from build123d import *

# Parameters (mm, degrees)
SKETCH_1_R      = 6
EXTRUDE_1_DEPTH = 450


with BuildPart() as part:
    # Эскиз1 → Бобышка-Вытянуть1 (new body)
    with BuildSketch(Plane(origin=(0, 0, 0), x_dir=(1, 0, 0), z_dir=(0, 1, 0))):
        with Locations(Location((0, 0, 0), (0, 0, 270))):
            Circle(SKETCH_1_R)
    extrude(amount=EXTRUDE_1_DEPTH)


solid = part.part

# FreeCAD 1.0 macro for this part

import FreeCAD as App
import Part
import Sketcher

V = App.Vector

doc = App.newDocument("Part")
body = doc.addObject("PartDesign::Body", "Body")

sketch1 = body.newObject("Sketcher::SketchObject", "Sketch")
sketch1.AttachmentSupport = (doc.getObject("XZ_Plane"), [""])
sketch1.MapMode = "FlatFace"
sketch1.addGeometry(Part.Circle(V(0, 0, 0), V(0, 0, 1), 6), False)
sketch1.addConstraint(Sketcher.Constraint("Coincident", 0, 3, -1, 1))
sketch1.addConstraint(Sketcher.Constraint("Diameter", 0, 12.0))
pad1 = body.newObject("PartDesign::Pad", "Pad")
pad1.Profile = sketch1
pad1.Length = 450
pad1.Reversed = True

doc.recompute()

> _Aim of the task_
Make an exact copy of the listing, including every line.

> _Your response_
from build123d import *

# Parameters (mm, degrees)
SKETCH_1_R      = 6
EXTRUDE_1_DEPTH = 450


with BuildPart() as part:
    # Эскиз1 → Бобышка-Вытянуть1 (new body)
    with BuildSketch(Plane(origin=(0, 0, 0), x_dir=(1, 0, 0), z_dir=(0, 1, 0))):
        with Locations(Location((0, 0, 0), (0, 0, 270))):
            Circle(SKETCH_1_R)
    extrude(amount=EXTRUDE_1_DEPTH)


solid = part.part

# FreeCAD 1.0 macro for this part

import FreeCAD as App
import Part
import Sketcher

V = App.Vector

doc = App.newDocument("Part")
body = doc.addObject("PartDesign::Body", "Body")

sketch1 = body.newObject("Sketcher::SketchObject", "Sketch")
sketch1.AttachmentSupport = (doc.getObject("XZ_Plane"), [""])
sketch1.MapMode = "FlatFace"
sketch1.addGeometry(Part.Circle(V(0, 0, 0), V(0, 0, 1), 6), False)
sketch1.addConstraint(Sketcher.Constraint("Coincident", 0, 3, -1, 1))
sketch1.addConstraint(Sketcher.Constraint("Diameter", 0, 12.0))
pad1 = body.newObject("PartDesign::Pad", "Pad")
pad1.Profile = sketch1
pad1.Length = 450
pad1.Reversed = True

doc.recompute()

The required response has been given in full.